HMRC note to employers, professional bodies and business groups in full (published by Accountingweb)
“We are today emailing our stakeholders to explain that we are aware that a number of employees recently received a form 2013-14 P800 which was issued during our bulk 2013-14 End of Year reconciliation exercise.
“The 2013-14 P800 shows an incorrect overpayment or underpayment where the pay and tax shown on the P800 is incorrect and does not match that shown on their 2013-14 P60.
“The most common scenarios are where:
- An incorrect overpayment is created as the 2013-14 reconciliation is based upon the Full Payment Submission (FPS) up to month 11 although the employment continued all year.

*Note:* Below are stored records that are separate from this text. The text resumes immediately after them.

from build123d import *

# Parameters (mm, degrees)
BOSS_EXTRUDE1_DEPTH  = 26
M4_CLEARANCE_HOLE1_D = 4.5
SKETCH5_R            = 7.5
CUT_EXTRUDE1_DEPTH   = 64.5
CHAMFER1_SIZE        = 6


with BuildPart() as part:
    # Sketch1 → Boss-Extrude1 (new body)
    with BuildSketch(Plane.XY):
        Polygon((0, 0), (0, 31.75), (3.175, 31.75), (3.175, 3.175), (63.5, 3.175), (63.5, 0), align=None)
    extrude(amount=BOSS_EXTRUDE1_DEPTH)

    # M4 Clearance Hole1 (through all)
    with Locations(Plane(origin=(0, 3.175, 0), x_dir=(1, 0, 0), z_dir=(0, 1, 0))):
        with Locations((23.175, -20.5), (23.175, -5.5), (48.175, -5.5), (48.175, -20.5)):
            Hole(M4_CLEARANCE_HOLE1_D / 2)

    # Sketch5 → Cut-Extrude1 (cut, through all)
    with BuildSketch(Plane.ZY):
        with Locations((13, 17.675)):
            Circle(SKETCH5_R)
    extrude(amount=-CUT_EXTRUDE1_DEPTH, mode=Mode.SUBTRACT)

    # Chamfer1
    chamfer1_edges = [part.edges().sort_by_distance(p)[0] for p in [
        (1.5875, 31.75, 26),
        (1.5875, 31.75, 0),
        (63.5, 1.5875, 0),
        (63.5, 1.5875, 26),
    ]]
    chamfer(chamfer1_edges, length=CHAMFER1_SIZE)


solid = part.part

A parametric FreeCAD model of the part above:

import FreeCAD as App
import Part
import Sketcher

V = App.Vector


def edges_at(feature, points):
    """Names of the edges that pass closest to the given points."""
    edges = feature.Shape.Edges
    near = lambda p: min(range(len(edges)), key=lambda i: edges[i].distToShape(Part.Vertex(*p))[0])
    return sorted({f"Edge{near(p) + 1}" for p in points})


def add_polygon(sketch, points):
    """Adds a closed chain of lines whose ends are joined by coincident constraints."""
    first, n = sketch.GeometryCount, len(points)
    for a, b in zip(points, points[1:] + points[:1]):
        sketch.addGeometry(Part.LineSegment(App.Vector(*a, 0), App.Vector(*b, 0)), False)
    for i in range(n):
        sketch.addConstraint(Sketcher.Constraint("Coincident", first + i, 2, first + (i + 1) % n, 1))

doc = App.newDocument("Part")
body = doc.addObject("PartDesign::Body", "Body")

sketch1 = body.newObject("Sketcher::SketchObject", "Sketch")
sketch1.AttachmentSupport = (doc.getObject("XY_Plane"), [""])
sketch1.MapMode = "FlatFace"
add_polygon(sketch1, [(0, 31.8), (0, 0), (63.5, 0), (63.5, 3.2), (3.2, 3.2), (3.2, 31.8)])
sketch1.addConstraint(Sketcher.Constraint("Vertical", 0))
sketch1.addConstraint(Sketcher.Constraint("Horizontal", 1))
sketch1.addConstraint(Sketcher.Constraint("Vertical", 2))
sketch1.addConstraint(Sketcher.Constraint("Horizontal", 3))
sketch1.addConstraint(Sketcher.Constraint("Vertical", 4))
sketch1.addConstraint(Sketcher.Constraint("Horizontal", 5))
sketch1.addConstraint(Sketcher.Constraint("Coincident", 0, 2, -1, 1))
sketch1.addConstraint(Sketcher.Constraint("Equal", 5, 2))
sketch1.addConstraint(Sketcher.Constraint("DistanceX", 1, 1, 1, 2, 63.5))
sketch1.addConstraint(Sketcher.Constraint("DistanceY", 0, 2, 0, 1, 31.75))
sketch1.addConstraint(Sketcher.Constraint("DistanceX", 3, 2, 3, 1, 60.325))
pad1 = body.newObject("PartDesign::Pad", "Pad")
pad1.Profile = sketch1
pad1.Length = 26

sketch2 = body.newObject("Sketcher::SketchObject", "Sketch001")
sketch2.AttachmentSupport = (doc.getObject("XZ_Plane"), [""])
sketch2.MapMode = "FlatFace"
sketch2.AttachmentOffset = App.Placement(V(0, 0, -3.175), App.Rotation())
sketch2.addGeometry(Part.Circle(V(23.2, 20.5, 0), V(0, 0, 1), 2.2), False)
sketch2.addGeometry(Part.Circle(V(23.2, 5.5, 0), V(0, 0, 1), 2.2), False)
sketch2.addGeometry(Part.Circle(V(48.2, 5.5, 0), V(0, 0, 1), 2.2), False)
sketch2.addGeometry(Part.Circle(V(48.2, 20.5, 0), V(0, 0, 1), 2.2), False)
sketch2.addConstraint(Sketcher.Constraint("Equal", 0, 1))
sketch2.addConstraint(Sketcher.Constraint("Equal", 1, 2))
sketch2.addConstraint(Sketcher.Constraint("Equal", 2, 3))
sketch2.addConstraint(Sketcher.Constraint("Horizontal", 1, 3, 2, 3))
sketch2.addConstraint(Sketcher.Constraint("Horizontal", 0, 3, 3, 3))
sketch2.addConstraint(Sketcher.Constraint("Vertical", 0, 3, 1, 3))
sketch2.addConstraint(Sketcher.Constraint("Vertical", 2, 3, 3, 3))
sketch2.addConstraint(Sketcher.Constraint("Diameter", 0, 4.5))
sketch2.addConstraint(Sketcher.Constraint("DistanceY", 1, 3, 0, 3, 15.0))
sketch2.addConstraint(Sketcher.Constraint("DistanceX", 1, 3, 2, 3, 25.0))
sketch2.addConstraint(Sketcher.Constraint("DistanceY", -1, 1, 0, 3, 20.5))
sketch2.addConstraint(Sketcher.Constraint("DistanceX", -1, 1, 0, 3, 23.175))
doc.recompute()
hole = body.newObject("PartDesign::Hole", "Hole")
hole.Profile = sketch2
hole.ThreadType = "None"
hole.Diameter = 4.5
hole.DepthType = "ThroughAll"
hole.Reversed = True

sketch3 = body.newObject("Sketcher::SketchObject", "Sketch002")
sketch3.AttachmentSupport = (doc.getObject("YZ_Plane"), [""])
sketch3.MapMode = "FlatFace"
sketch3.addGeometry(Part.Circle(V(18, 13, 0), V(0, 0, 1), 8), False)
sketch3.addConstraint(Sketcher.Constraint("Diameter", 0, 15.0))
sketch3.addConstraint(Sketcher.Constraint("DistanceY", -1, 1, 0, 3, 13.0))
sketch3.addConstraint(Sketcher.Constraint("DistanceX", -1, 1, 0, 3, 17.675))
pocket1 = body.newObject("PartDesign::Pocket", "Pocket")
pocket1.Profile = sketch3
pocket1.Type = "ThroughAll"
pocket1.Reversed = True
doc.recompute()

chamfer = body.newObject("PartDesign::Chamfer", "Chamfer")
chamfer.Base = (pocket1, edges_at(pocket1, [
    (1.587, 31.75, 26),
    (1.587, 31.75, 0),
    (63.5, 1.587, 0),
    (63.5, 1.587, 26),
]))
chamfer.Size = 6

doc.recompute()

- Where the year to date figures supplied are incorrect, for example where an employer reference changed in-year and the previous pay and tax is incorrectly included in the “year to date” (YTD) totals.

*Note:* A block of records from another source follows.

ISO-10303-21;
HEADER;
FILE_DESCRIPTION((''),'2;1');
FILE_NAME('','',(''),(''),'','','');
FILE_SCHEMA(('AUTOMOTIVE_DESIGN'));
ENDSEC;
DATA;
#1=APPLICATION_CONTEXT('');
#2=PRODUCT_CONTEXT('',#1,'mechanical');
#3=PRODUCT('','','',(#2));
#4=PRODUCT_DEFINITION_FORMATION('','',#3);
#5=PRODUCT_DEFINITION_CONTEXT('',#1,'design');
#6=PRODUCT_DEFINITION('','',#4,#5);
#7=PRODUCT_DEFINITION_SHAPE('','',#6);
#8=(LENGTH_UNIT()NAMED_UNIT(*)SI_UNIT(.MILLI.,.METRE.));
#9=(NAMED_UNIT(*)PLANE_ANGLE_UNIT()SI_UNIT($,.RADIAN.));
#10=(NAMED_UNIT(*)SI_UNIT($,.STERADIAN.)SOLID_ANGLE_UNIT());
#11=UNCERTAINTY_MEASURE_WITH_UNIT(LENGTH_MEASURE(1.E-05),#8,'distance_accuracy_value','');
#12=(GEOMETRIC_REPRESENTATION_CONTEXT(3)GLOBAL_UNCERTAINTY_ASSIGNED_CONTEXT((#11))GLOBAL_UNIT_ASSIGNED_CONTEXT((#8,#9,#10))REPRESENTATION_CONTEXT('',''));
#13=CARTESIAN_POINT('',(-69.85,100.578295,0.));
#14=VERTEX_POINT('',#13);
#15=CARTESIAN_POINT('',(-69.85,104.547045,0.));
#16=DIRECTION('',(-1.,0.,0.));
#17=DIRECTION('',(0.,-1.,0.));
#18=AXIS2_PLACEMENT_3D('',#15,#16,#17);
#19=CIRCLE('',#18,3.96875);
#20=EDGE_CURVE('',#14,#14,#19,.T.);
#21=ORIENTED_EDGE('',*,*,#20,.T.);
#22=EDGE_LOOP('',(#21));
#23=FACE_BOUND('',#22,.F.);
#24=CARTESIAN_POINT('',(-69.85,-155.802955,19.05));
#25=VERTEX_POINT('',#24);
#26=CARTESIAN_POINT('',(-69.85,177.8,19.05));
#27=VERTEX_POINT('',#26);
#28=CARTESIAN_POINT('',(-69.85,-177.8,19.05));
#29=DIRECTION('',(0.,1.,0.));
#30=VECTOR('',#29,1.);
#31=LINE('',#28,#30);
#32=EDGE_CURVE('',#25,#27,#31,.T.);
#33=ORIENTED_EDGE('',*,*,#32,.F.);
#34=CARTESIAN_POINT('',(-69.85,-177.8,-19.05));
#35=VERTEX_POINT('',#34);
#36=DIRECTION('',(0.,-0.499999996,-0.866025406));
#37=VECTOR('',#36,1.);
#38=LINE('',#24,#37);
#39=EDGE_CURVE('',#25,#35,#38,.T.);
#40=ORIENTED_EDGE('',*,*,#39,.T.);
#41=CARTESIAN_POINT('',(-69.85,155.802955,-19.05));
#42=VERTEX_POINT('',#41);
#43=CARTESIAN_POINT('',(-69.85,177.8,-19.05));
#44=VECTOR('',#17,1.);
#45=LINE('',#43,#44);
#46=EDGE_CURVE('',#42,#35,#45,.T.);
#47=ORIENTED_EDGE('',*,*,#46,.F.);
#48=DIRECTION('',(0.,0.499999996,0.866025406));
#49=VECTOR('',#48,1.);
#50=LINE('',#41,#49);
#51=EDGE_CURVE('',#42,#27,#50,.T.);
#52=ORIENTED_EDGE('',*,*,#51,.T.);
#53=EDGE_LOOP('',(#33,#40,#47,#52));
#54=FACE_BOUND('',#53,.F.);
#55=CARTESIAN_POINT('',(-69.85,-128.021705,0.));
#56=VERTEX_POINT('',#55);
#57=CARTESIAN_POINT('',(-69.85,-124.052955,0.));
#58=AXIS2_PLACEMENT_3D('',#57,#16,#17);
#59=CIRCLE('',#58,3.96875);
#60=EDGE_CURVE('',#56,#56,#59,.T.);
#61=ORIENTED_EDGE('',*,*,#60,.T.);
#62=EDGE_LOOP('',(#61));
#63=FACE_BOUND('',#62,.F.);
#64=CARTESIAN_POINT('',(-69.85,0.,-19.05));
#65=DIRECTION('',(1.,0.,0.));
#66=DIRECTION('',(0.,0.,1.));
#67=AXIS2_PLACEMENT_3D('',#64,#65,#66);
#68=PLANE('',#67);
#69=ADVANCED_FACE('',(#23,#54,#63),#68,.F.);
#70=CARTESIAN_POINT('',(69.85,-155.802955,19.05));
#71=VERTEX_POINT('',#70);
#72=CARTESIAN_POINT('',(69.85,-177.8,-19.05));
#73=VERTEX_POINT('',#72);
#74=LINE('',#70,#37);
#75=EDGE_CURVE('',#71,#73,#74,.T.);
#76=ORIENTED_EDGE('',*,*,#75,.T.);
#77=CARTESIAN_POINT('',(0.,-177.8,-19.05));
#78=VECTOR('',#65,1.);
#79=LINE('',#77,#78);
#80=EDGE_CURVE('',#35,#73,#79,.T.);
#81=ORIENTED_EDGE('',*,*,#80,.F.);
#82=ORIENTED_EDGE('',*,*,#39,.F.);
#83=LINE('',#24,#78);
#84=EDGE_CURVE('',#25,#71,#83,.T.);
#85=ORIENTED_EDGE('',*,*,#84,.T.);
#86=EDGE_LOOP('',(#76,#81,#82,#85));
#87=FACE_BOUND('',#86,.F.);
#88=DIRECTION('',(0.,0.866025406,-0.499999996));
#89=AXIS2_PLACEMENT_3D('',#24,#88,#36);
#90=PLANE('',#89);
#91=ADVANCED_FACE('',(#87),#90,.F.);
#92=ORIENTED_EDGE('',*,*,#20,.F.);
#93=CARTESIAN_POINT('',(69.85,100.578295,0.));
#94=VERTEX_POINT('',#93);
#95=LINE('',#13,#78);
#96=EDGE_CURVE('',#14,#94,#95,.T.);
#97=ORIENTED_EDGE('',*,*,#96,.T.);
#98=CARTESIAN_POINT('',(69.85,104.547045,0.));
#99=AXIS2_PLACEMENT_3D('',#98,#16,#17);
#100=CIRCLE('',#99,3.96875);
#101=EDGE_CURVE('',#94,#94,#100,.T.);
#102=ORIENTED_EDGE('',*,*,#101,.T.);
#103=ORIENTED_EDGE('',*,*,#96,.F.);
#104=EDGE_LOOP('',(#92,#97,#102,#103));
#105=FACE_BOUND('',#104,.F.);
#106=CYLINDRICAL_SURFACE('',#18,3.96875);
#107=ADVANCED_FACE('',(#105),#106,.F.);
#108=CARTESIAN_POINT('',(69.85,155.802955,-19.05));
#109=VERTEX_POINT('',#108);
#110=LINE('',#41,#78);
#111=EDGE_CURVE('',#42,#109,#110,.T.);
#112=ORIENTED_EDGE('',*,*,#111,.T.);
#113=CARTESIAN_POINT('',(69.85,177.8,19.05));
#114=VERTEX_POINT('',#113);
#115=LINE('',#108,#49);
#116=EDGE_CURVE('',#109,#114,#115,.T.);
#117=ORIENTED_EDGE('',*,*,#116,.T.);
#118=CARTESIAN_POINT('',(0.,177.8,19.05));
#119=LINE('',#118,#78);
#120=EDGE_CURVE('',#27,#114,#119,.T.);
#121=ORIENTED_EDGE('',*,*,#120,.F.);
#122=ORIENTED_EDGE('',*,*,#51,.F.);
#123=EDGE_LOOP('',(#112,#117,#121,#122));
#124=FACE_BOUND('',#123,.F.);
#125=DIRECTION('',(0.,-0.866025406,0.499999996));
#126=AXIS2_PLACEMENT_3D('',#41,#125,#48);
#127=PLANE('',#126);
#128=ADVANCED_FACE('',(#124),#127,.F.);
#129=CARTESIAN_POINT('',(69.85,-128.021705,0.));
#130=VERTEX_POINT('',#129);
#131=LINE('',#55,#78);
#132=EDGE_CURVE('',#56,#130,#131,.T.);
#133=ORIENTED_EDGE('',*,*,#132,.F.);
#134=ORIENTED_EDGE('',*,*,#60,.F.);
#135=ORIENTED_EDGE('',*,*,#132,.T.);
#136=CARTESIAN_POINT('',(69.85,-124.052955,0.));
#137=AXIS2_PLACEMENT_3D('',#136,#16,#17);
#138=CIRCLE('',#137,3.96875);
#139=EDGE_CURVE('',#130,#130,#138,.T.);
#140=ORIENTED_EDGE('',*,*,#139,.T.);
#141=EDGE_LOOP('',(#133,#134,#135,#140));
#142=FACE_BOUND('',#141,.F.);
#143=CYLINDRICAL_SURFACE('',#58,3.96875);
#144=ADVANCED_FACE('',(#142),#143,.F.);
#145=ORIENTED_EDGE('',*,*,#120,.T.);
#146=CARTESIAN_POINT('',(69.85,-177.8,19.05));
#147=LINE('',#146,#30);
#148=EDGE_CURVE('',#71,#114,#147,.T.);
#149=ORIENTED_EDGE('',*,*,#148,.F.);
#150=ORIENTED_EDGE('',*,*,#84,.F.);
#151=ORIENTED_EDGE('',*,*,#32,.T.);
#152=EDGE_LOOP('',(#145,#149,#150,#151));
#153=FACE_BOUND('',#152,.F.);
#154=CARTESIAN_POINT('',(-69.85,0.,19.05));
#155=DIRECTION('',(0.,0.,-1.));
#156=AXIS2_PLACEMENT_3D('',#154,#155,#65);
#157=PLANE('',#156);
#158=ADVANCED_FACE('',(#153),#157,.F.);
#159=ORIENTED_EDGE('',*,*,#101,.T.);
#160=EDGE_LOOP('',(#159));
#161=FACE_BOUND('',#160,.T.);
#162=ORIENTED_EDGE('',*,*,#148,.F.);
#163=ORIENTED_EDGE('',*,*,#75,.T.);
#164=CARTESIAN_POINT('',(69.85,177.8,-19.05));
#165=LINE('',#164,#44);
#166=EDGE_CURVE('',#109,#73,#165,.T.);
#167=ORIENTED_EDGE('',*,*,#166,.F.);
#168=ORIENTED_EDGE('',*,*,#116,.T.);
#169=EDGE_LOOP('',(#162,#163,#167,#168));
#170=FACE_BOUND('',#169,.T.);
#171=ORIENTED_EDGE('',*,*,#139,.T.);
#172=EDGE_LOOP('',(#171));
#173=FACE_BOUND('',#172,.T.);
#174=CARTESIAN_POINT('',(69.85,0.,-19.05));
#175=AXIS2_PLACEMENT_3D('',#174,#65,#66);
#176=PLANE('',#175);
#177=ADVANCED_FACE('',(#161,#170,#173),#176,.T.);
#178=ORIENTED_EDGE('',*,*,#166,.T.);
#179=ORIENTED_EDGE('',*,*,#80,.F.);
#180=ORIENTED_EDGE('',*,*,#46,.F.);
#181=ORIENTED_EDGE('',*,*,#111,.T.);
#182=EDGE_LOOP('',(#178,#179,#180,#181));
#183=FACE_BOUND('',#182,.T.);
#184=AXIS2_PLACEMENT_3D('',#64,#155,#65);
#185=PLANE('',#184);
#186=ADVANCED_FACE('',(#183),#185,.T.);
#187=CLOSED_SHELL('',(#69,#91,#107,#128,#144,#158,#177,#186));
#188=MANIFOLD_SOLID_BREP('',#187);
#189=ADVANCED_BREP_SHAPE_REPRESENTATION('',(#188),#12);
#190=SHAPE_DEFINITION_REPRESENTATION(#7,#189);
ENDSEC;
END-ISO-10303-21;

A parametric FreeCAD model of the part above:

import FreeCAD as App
import Part
import Sketcher

V = App.Vector
Q = App.Units.Quantity

doc = App.newDocument("Part")
params = doc.addObject("Spreadsheet::Sheet", "Params")
for row, (alias, value) in enumerate([
    ("sketch1_width", "5.5 in"),
    ("sketch1_height", "1.5 in"),
    ("pad1_length", "7 in"),
    ("pad1_length2", "7 in"),
    ("sketch2_height", "1.5 in"),
    ("sketch3_diameter", "0.3125 in"),
], start=1):
    params.set(f"A{row}", alias)
    params.set(f"B{row}", "=" + value)
    params.setAlias(f"B{row}", alias)

body = doc.addObject("PartDesign::Body", "Body")

# Sketch on XZ plane
sketch1 = doc.addObject("Sketcher::SketchObject", "Sketch")
body.addObject(sketch1)
sketch1.AttachmentSupport = (doc.XZ_Plane, [""])
sketch1.MapMode = "FlatFace"
sketch1.addGeometry([
    Part.LineSegment(V(-69.85, 19.05, 0), V(-69.85, -19.05, 0)),
    Part.LineSegment(V(-69.85, -19.05, 0), V(69.85, -19.05, 0)),
    Part.LineSegment(V(69.85, -19.05, 0), V(69.85, 19.05, 0)),
    Part.LineSegment(V(69.85, 19.05, 0), V(-69.85, 19.05, 0)),
], False)
sketch1.addConstraint([
    Sketcher.Constraint("Coincident", 0, 2, 1, 1),
    Sketcher.Constraint("Coincident", 1, 2, 2, 1),
    Sketcher.Constraint("Coincident", 2, 2, 3, 1),
    Sketcher.Constraint("Coincident", 3, 2, 0, 1),
    Sketcher.Constraint("Vertical", 0),
    Sketcher.Constraint("Horizontal", 1),
    Sketcher.Constraint("Vertical", 2),
    Sketcher.Constraint("Horizontal", 3),
    Sketcher.Constraint("Symmetric", 0, 2, 2, 2, -1, 1),
    Sketcher.Constraint("DistanceX", 1, 1, 1, 2, Q("5.5 in")),
    Sketcher.Constraint("DistanceY", 0, 2, 0, 1, Q("1.5 in")),
])
sketch1.setExpression("Constraints[9]", "Params.sketch1_width")
sketch1.setExpression("Constraints[10]", "Params.sketch1_height")
pad1 = doc.addObject("PartDesign::Pad", "Pad")
body.addObject(pad1)
pad1.Profile = sketch1
pad1.Type = "TwoLengths"
pad1.setExpression("Length", "Params.pad1_length")
pad1.setExpression("Length2", "Params.pad1_length2")

# Sketch on YZ plane
sketch2 = doc.addObject("Sketcher::SketchObject", "Sketch001")
body.addObject(sketch2)
sketch2.AttachmentSupport = (doc.YZ_Plane, [""])
sketch2.MapMode = "FlatFace"
sketch2.AttachmentOffset = App.Placement(V(0, 0, -2.75 * 25.4), App.Rotation())
sketch2.addGeometry([
    Part.LineSegment(V(155.802955, -19.05, 0), V(177.8, 19.05, 0)),  # 0
    Part.LineSegment(V(177.8, 19.05, 0), V(177.8, -19.05, 0)),  # 1
    Part.LineSegment(V(177.8, -19.05, 0), V(155.802955, -19.05, 0)),  # 2
    Part.LineSegment(V(-177.8, -19.05, 0), V(-177.8, 19.05, 0)),  # 3
    Part.LineSegment(V(-177.8, 19.05, 0), V(-155.802955, 19.05, 0)),  # 4
    Part.LineSegment(V(-155.802955, 19.05, 0), V(-177.8, -19.05, 0)),  # 5
], False)
sketch2.addConstraint([
    Sketcher.Constraint("Coincident", 0, 2, 1, 1),
    Sketcher.Constraint("Coincident", 1, 2, 2, 1),
    Sketcher.Constraint("Coincident", 2, 2, 0, 1),
    Sketcher.Constraint("Coincident", 3, 2, 4, 1),
    Sketcher.Constraint("Coincident", 4, 2, 5, 1),
    Sketcher.Constraint("Coincident", 5, 2, 3, 1),
    Sketcher.Constraint("Vertical", 1),
    Sketcher.Constraint("Horizontal", 2),
    Sketcher.Constraint("Vertical", 3),
    Sketcher.Constraint("Horizontal", 4),
    Sketcher.Constraint("Symmetric", 1, 2, 3, 2, -1, 1),
    Sketcher.Constraint("Parallel", 0, 5),
    Sketcher.Constraint("Horizontal", 0, 2, 3, 2),
    Sketcher.Constraint("Horizontal", 2, 2, 5, 2),
    Sketcher.Constraint("DistanceY", 1, 2, 1, 1, Q("1.5 in")),
    Sketcher.Constraint("DistanceX", -1, 1, 0, 2, Q("7 in")),
    Sketcher.Constraint("Angle", 0, Q("60 deg")),
])
sketch2.setExpression("Constraints[14]", "Params.sketch2_height")
pocket1 = doc.addObject("PartDesign::Pocket", "Pocket")
body.addObject(pocket1)
pocket1.Profile = sketch2
pocket1.Type = "ThroughAll"
pocket1.Reversed = True

# Sketch on YZ plane
sketch3 = doc.addObject("Sketcher::SketchObject", "Sketch002")
body.addObject(sketch3)
sketch3.AttachmentSupport = (doc.YZ_Plane, [""])
sketch3.MapMode = "FlatFace"
sketch3.AttachmentOffset = App.Placement(V(0, 0, -2.75 * 25.4), App.Rotation())
sketch3.addGeometry([
    Part.Circle(V(104.547045, 0, 0), V(0, 0, 1), 3.96875),
    Part.Circle(V(-124.052955, 0, 0), V(0, 0, 1), 3.96875),
], False)
sketch3.addConstraint([
    Sketcher.Constraint("Equal", 0, 1),
    Sketcher.Constraint("PointOnObject", 0, 3, -1),
    Sketcher.Constraint("PointOnObject", 1, 3, -1),
    Sketcher.Constraint("Diameter", 0, Q("0.3125 in")),
    Sketcher.Constraint("DistanceX", 1, 3, 0, 3, Q("9 in")),
    Sketcher.Constraint("DistanceX", -1, 1, 0, 3, Q("104.547045 mm")),
])
sketch3.setExpression("Constraints[3]", "Params.sketch3_diameter")
pocket2 = doc.addObject("PartDesign::Pocket", "Pocket001")
body.addObject(pocket2)
pocket2.Profile = sketch3
pocket2.Type = "ThroughAll"
pocket2.Reversed = True

doc.recompute()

- We have received an “Earlier Year Update” (EYU) and this is yet to be processed to the account.
- There is a duplicate employment (often caused by differences in works numbers and other changes throughout the year)
“We are urgently investigating these cases and will look to resolve the matter in the next 6-8 weeks.
“We currently do not know the scale of the issue, but some large employers are involved, so several thousands of employees may be affected.
“We are very sorry that some customers will receive an incorrect 2013-14 P800 tax calculation.
“We are urgently investigating these cases and will look to resolve the matter and issue a revised P800 to the employee in the next 6-8 weeks.
“Employers and their agents should not send any 2013-14 EYUs unless requested by us. We are aware that there are still some 2013-14 EYUs which we have yet to process to the relevant account.
“If an employee asks about a 2013-14 P800 which they think is incorrect, they should advise them:
- Not to repay any underpayment shown on the P800
- Not to cash any payable order they may have received
- Employees will not be affected by the incorrect tax code as we will issue a revised P800 before Annual Coding.”
RTI is not a disaster but it’s clearly not in a fit state to support Universal Credit – another uncertainty for UC. When the National Audit Office reports on UC, as it is due to do in the next few weeks, it would be useful if it also reports on the state of RTI.
If it does so report, the NAO should not take at face value HMRC’s claims that the fault with RTI lies mainly with employers.
[The NAO will find that, even after the modernisation of PAYE processes, the systems still incorporate COP/CODA/BROCS software that dates back more than 30 years.]